Our own galaxy, the Milky Way, measures 100,000 light years in diameter with 5 to 10 light years thickness, totaling 4 × 10^{10} stars. Cepheid variables are pulsating stars that have a period-luminosity relation, exploited by Harlow Shapley to estimate distances to globular clusters. The interstellar dust in the direction of the Galactic Center obscures the view except through Baade's Window.

===Sources===
Instead of a bibliography as an appendix, Gamow cites a dozen titles in the course of his exposition:
- p. 9: Mathematical Recreations and Essays (1919) by W. W. Rouse Ball
- p. 49: What Is Mathematics? (1941) by Richard Courant and Herbert Robbins
- p. 146: Mr.
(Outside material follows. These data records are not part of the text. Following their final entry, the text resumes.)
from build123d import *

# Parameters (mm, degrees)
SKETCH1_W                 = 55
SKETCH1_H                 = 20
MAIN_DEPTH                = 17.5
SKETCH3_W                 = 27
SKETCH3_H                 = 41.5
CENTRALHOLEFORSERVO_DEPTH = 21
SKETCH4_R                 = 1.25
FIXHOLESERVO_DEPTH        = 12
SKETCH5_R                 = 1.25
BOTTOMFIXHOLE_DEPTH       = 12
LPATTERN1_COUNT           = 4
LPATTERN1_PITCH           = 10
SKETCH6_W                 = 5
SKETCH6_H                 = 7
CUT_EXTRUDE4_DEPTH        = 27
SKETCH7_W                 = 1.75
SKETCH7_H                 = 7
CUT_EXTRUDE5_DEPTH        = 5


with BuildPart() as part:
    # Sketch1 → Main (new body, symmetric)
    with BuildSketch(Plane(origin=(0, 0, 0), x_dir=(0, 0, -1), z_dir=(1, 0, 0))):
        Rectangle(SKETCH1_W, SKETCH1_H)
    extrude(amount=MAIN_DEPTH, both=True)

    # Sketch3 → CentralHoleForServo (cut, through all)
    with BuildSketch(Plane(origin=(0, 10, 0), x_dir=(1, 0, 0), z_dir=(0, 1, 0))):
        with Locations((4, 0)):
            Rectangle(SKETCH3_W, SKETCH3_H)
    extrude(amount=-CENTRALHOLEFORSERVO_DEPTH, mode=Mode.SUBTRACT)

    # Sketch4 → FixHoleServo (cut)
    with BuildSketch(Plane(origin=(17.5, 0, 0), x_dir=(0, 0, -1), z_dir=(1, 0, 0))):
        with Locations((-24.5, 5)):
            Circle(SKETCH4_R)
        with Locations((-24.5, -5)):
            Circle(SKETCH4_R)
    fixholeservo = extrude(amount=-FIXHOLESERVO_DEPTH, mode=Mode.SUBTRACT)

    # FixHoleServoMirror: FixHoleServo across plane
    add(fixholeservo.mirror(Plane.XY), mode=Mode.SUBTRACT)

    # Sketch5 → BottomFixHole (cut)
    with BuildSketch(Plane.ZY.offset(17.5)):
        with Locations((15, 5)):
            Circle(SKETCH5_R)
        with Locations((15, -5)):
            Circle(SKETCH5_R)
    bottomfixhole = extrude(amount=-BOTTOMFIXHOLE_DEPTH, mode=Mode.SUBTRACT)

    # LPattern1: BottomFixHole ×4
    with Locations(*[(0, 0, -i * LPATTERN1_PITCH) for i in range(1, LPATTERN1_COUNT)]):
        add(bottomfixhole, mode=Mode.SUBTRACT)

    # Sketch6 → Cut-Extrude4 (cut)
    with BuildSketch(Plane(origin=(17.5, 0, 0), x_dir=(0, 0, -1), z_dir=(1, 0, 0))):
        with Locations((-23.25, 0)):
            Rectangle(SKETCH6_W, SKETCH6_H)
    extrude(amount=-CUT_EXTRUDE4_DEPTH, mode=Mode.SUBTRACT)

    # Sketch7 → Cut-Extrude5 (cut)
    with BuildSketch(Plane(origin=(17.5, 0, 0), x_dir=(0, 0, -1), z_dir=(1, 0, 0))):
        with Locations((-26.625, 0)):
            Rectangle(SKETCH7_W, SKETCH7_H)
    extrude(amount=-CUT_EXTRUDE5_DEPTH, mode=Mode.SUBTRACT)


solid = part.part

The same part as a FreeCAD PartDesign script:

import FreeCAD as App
import Part
import Sketcher

V = App.Vector
Q = App.Units.Quantity

doc = App.newDocument("Part")
body = doc.addObject("PartDesign::Body", "Body")

sketch1 = body.newObject("Sketcher::SketchObject", "Sketch")
sketch1.AttachmentSupport = (doc.getObject("YZ_Plane"), [""])
sketch1.MapMode = "FlatFace"
sketch1.addGeometry(Part.LineSegment(V(10, 27.5, 0), V(-10, 27.5, 0)), False)
sketch1.addGeometry(Part.LineSegment(V(-10, 27.5, 0), V(-10, -27.5, 0)), False)
sketch1.addGeometry(Part.LineSegment(V(-10, -27.5, 0), V(10, -27.5, 0)), False)
sketch1.addGeometry(Part.LineSegment(V(10, -27.5, 0), V(10, 27.5, 0)), False)
sketch1.addConstraint(Sketcher.Constraint("Coincident", 0, 2, 1, 1))
sketch1.addConstraint(Sketcher.Constraint("Coincident", 1, 2, 2, 1))
sketch1.addConstraint(Sketcher.Constraint("Coincident", 2, 2, 3, 1))
sketch1.addConstraint(Sketcher.Constraint("Coincident", 3, 2, 0, 1))
sketch1.addConstraint(Sketcher.Constraint("Horizontal", 0))
sketch1.addConstraint(Sketcher.Constraint("Vertical", 1))
sketch1.addConstraint(Sketcher.Constraint("Horizontal", 2))
sketch1.addConstraint(Sketcher.Constraint("Vertical", 3))
sketch1.addConstraint(Sketcher.Constraint("Symmetric", 0, 2, 2, 2, -1, 1))
sketch1.addConstraint(Sketcher.Constraint("DistanceX", 0, 2, 0, 1, Q("20 mm")))
sketch1.addConstraint(Sketcher.Constraint("DistanceY", 1, 2, 1, 1, Q("55 mm")))
pad1 = body.newObject("PartDesign::Pad", "Pad")
pad1.Profile = sketch1
pad1.Length = 35
pad1.Midplane = True

sketch2 = body.newObject("Sketcher::SketchObject", "Sketch001")
sketch2.AttachmentSupport = (doc.getObject("XZ_Plane"), [""])
sketch2.MapMode = "FlatFace"
sketch2.AttachmentOffset = App.Placement(V(0, 0, -10), App.Rotation())
sketch2.addGeometry(Part.LineSegment(V(-9.5, -20.75, 0), V(-9.5, 20.75, 0)), False)
sketch2.addGeometry(Part.LineSegment(V(-9.5, 20.75, 0), V(17.5, 20.75, 0)), False)
sketch2.addGeometry(Part.LineSegment(V(17.5, 20.75, 0), V(17.5, -20.75, 0)), False)
sketch2.addGeometry(Part.LineSegment(V(17.5, -20.75, 0), V(-9.5, -20.75, 0)), False)
sketch2.addConstraint(Sketcher.Constraint("Coincident", 0, 2, 1, 1))
sketch2.addConstraint(Sketcher.Constraint("Coincident", 1, 2, 2, 1))
sketch2.addConstraint(Sketcher.Constraint("Coincident", 2, 2, 3, 1))
sketch2.addConstraint(Sketcher.Constraint("Coincident", 3, 2, 0, 1))
sketch2.addConstraint(Sketcher.Constraint("Vertical", 0))
sketch2.addConstraint(Sketcher.Constraint("Horizontal", 1))
sketch2.addConstraint(Sketcher.Constraint("Vertical", 2))
sketch2.addConstraint(Sketcher.Constraint("Horizontal", 3))
sketch2.addConstraint(Sketcher.Constraint("DistanceX", 1, 1, 1, 2, Q("27 mm")))
sketch2.addConstraint(Sketcher.Constraint("DistanceY", 0, 1, 0, 2, Q("41.5 mm")))
sketch2.addConstraint(Sketcher.Constraint("DistanceX", 0, 2, -1, 1, Q("9.5 mm")))
sketch2.addConstraint(Sketcher.Constraint("DistanceY", -1, 1, 0, 2, Q("20.75 mm")))
pocket1 = body.newObject("PartDesign::Pocket", "Pocket")
pocket1.Profile = sketch2
pocket1.Type = "ThroughAll"
pocket1.Reversed = True

sketch3 = body.newObject("Sketcher::SketchObject", "Sketch002")
sketch3.AttachmentSupport = (doc.getObject("YZ_Plane"), [""])
sketch3.MapMode = "FlatFace"
sketch3.AttachmentOffset = App.Placement(V(0, 0, 17.5), App.Rotation())
sketch3.addGeometry(Part.Circle(V(5, 24.5, 0), V(0, 0, 1), 1.25), False)
sketch3.addGeometry(Part.Circle(V(-5, 24.5, 0), V(0, 0, 1), 1.25), False)
sketch3.addConstraint(Sketcher.Constraint("Equal", 0, 1))
sketch3.addConstraint(Sketcher.Constraint("Symmetric", 0, 3, 1, 3, -2))
sketch3.addConstraint(Sketcher.Constraint("Diameter", 0, Q("2.5 mm")))
sketch3.addConstraint(Sketcher.Constraint("DistanceX", -1, 1, 0, 3, Q("5 mm")))
sketch3.addConstraint(Sketcher.Constraint("DistanceY", -1, 1, 0, 3, Q("24.5 mm")))
pocket2 = body.newObject("PartDesign::Pocket", "Pocket001")
pocket2.Profile = sketch3
pocket2.Length = 12
doc.recompute()

mirrored = body.newObject("PartDesign::Mirrored", "Mirrored")
mirrored.Originals = [pocket2]
mirrored.MirrorPlane = (doc.getObject("XY_Plane"), [""])
body.Tip = mirrored

sketch4 = body.newObject("Sketcher::SketchObject", "Sketch003")
sketch4.AttachmentSupport = (doc.getObject("YZ_Plane"), [""])
sketch4.MapMode = "FlatFace"
sketch4.AttachmentOffset = App.Placement(V(0, 0, -17.5), App.Rotation())
sketch4.addGeometry(Part.Circle(V(5, 15, 0), V(0, 0, 1), 1.25), False)
sketch4.addGeometry(Part.Circle(V(-5, 15, 0), V(0, 0, 1), 1.25), False)
sketch4.addConstraint(Sketcher.Constraint("Equal", 0, 1))
sketch4.addConstraint(Sketcher.Constraint("Symmetric", 0, 3, 1, 3, -2))
sketch4.addConstraint(Sketcher.Constraint("Diameter", 0, Q("2.5 mm")))
sketch4.addConstraint(Sketcher.Constraint("DistanceX", -1, 1, 0, 3, Q("5 mm")))
sketch4.addConstraint(Sketcher.Constraint("DistanceY", -1, 1, 0, 3, Q("15 mm")))
pocket3 = body.newObject("PartDesign::Pocket", "Pocket002")
pocket3.Profile = sketch4
pocket3.Length = 12
pocket3.Reversed = True
doc.recompute()

linearpattern = body.newObject("PartDesign::LinearPattern", "LinearPattern")
linearpattern.Originals = [pocket3]
linearpattern.Direction = (doc.getObject("Z_Axis"), [""])
linearpattern.Mode = "offset"
linearpattern.Offset = 10
linearpattern.Occurrences = 4
linearpattern.Reversed = True
body.Tip = linearpattern

sketch5 = body.newObject("Sketcher::SketchObject", "Sketch004")
sketch5.AttachmentSupport = (doc.getObject("YZ_Plane"), [""])
sketch5.MapMode = "FlatFace"
sketch5.AttachmentOffset = App.Placement(V(0, 0, 17.5), App.Rotation())
sketch5.addGeometry(Part.LineSegment(V(3.5, 25.75, 0), V(-3.5, 25.75, 0)), False)
sketch5.addGeometry(Part.LineSegment(V(-3.5, 25.75, 0), V(-3.5, 20.75, 0)), False)
sketch5.addGeometry(Part.LineSegment(V(-3.5, 20.75, 0), V(3.5, 20.75, 0)), False)
sketch5.addGeometry(Part.LineSegment(V(3.5, 20.75, 0), V(3.5, 25.75, 0)), False)
sketch5.addConstraint(Sketcher.Constraint("Coincident", 0, 2, 1, 1))
sketch5.addConstraint(Sketcher.Constraint("Coincident", 1, 2, 2, 1))
sketch5.addConstraint(Sketcher.Constraint("Coincident", 2, 2, 3, 1))
sketch5.addConstraint(Sketcher.Constraint("Coincident", 3, 2, 0, 1))
sketch5.addConstraint(Sketcher.Constraint("Horizontal", 0))
sketch5.addConstraint(Sketcher.Constraint("Vertical", 1))
sketch5.addConstraint(Sketcher.Constraint("Horizontal", 2))
sketch5.addConstraint(Sketcher.Constraint("Vertical", 3))
sketch5.addConstraint(Sketcher.Constraint("DistanceX", 0, 2, 0, 1, Q("7 mm")))
sketch5.addConstraint(Sketcher.Constraint("DistanceY", 1, 2, 1, 1, Q("5 mm")))
sketch5.addConstraint(Sketcher.Constraint("DistanceX", 0, 2, -1, 1, Q("3.5 mm")))
sketch5.addConstraint(Sketcher.Constraint("DistanceY", -1, 1, 0, 2, Q("25.75 mm")))
pocket4 = body.newObject("PartDesign::Pocket", "Pocket003")
pocket4.Profile = sketch5
pocket4.Length = 27

sketch6 = body.newObject("Sketcher::SketchObject", "Sketch005")
sketch6.AttachmentSupport = (doc.getObject("YZ_Plane"), [""])
sketch6.MapMode = "FlatFace"
sketch6.AttachmentOffset = App.Placement(V(0, 0, 17.5), App.Rotation())
sketch6.addGeometry(Part.LineSegment(V(3.5, 27.5, 0), V(-3.5, 27.5, 0)), False)
sketch6.addGeometry(Part.LineSegment(V(-3.5, 27.5, 0), V(-3.5, 25.75, 0)), False)
sketch6.addGeometry(Part.LineSegment(V(-3.5, 25.75, 0), V(3.5, 25.75, 0)), False)
sketch6.addGeometry(Part.LineSegment(V(3.5, 25.75, 0), V(3.5, 27.5, 0)), False)
sketch6.addConstraint(Sketcher.Constraint("Coincident", 0, 2, 1, 1))
sketch6.addConstraint(Sketcher.Constraint("Coincident", 1, 2, 2, 1))
sketch6.addConstraint(Sketcher.Constraint("Coincident", 2, 2, 3, 1))
sketch6.addConstraint(Sketcher.Constraint("Coincident", 3, 2, 0, 1))
sketch6.addConstraint(Sketcher.Constraint("Horizontal", 0))
sketch6.addConstraint(Sketcher.Constraint("Vertical", 1))
sketch6.addConstraint(Sketcher.Constraint("Horizontal", 2))
sketch6.addConstraint(Sketcher.Constraint("Vertical", 3))
sketch6.addConstraint(Sketcher.Constraint("DistanceX", 0, 2, 0, 1, Q("7 mm")))
sketch6.addConstraint(Sketcher.Constraint("DistanceY", 1, 2, 1, 1, Q("1.75 mm")))
sketch6.addConstraint(Sketcher.Constraint("DistanceX", 0, 2, -1, 1, Q("3.5 mm")))
sketch6.addConstraint(Sketcher.Constraint("DistanceY", -1, 1, 0, 2, Q("27.5 mm")))
pocket5 = body.newObject("PartDesign::Pocket", "Pocket004")
pocket5.Profile = sketch6
pocket5.Length = 5

doc.recompute()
Thompkins in Wonderland by himself
- p. 156: Atomic Physics (1935) by Max Born
- p. 156: Modern Physics (1940) by T. B. Brown
- p. 187: Explaining the Atom (1947) by Selig Hecht
- p. 216: "The Gold-Bug" by Edgar Allan Poe
- p. 272: On the Heavens by Aristotle
- p. 303: Exposition du Systeme du Monde by Laplace
- p. 304: Birth and Death of the Sun (1940) by himself
- p. 304: Biography of the Earth by himself
- p. 315: A Planet Called Earth by himself

==Reception==
Science writer Willy Ley praised Gamow's book, describing it as an "admittedly rare ... book which entertains by way of instruction". Kirkus Reviews declared it "a stimulating and provocative book for the science-minded layman". Theoretical physicist Sean M. Carroll credited One Two Three... Infinity with setting the trajectory of his professional life. Cognitive scientist Steven Pinker read the book as a child, and has cited it as contributing to his interest in popular science writing. Astrophysicist and science popularizer Neil deGrasse Tyson identified One Two Three... Infinity as one of two books which had the greatest impact on him, the other being Mathematics and the Imagination by Edward Kasner and James R. Newman.

In 1956, Gamow was awarded the Kalinga Prize by UNESCO for his work in popularizing science, including his book One, Two, Three... Infinity, as well as other works.